The caregiving crunch comes at a time when Americans reaching retirement age are in a squeeze unseen in generations. Their median incomes, including Social Security and retirement fund receipts, haven’t risen in years. They have high average debt, some incurred from taking care of their own aging parents. And if they’re counting on family to care for them, too, they may well find their families too small and far-flung to meet the task.

Today, an estimated 34.2 million people provide unpaid care to those 50 and older. These caregivers, about 95% family, and long the backbone of the nation’s long-term care system, provide an estimated $500 billion worth of free care annually—three times Medicaid’s professional long-term care spending—and help keep people out of costly institutions, according to a 2017 Merrill Lynch study.

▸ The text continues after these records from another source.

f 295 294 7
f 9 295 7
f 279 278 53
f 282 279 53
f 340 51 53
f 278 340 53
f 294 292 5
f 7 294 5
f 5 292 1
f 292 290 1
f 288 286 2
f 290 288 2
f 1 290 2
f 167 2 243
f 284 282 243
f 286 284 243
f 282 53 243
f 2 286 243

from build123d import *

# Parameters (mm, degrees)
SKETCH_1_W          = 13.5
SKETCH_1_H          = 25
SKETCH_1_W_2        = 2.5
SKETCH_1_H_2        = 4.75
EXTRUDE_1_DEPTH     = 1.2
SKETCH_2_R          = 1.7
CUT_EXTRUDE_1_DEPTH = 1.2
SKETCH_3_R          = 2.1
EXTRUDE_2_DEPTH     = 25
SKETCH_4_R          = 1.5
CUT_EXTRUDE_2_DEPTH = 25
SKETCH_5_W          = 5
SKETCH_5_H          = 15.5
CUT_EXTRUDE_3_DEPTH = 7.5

Ansberry further explained that the country is running out of professional caregivers at a time when they’re needed the most. Even if an available caregiver is found, the costs can be enormous. According to a 2017 Cost of Care Survey by Genworth, the average full-time aide costs $49,000. Expect that figure to rise significantly for key, metropolitan areas.

Arguably this is one of the most ironic elements about retirement planning: while money is certainly a factor, money alone cannot solve the retirement dilemma. The most important investment – family — doesn’t cost any financial resources at all.

But this concept extends beyond simply having children. Do your children have pride in who they are, and from where they came? Do they, as the Good Book states, honor their parents? Or are they instead children of this present age, seeking after the follies of this world, and abandoning their families at their hour of greatest need?

Retirement planning almost always focuses on capital growth. Perhaps we should spend some time developing our relationships – with our families, our neighbors, and our communities. Because a critical life lesson is that, eventually, we all depend upon someone else.

It’s better to learn this lesson having accrued wealth in meaningful pursuits rather than merely the superficial.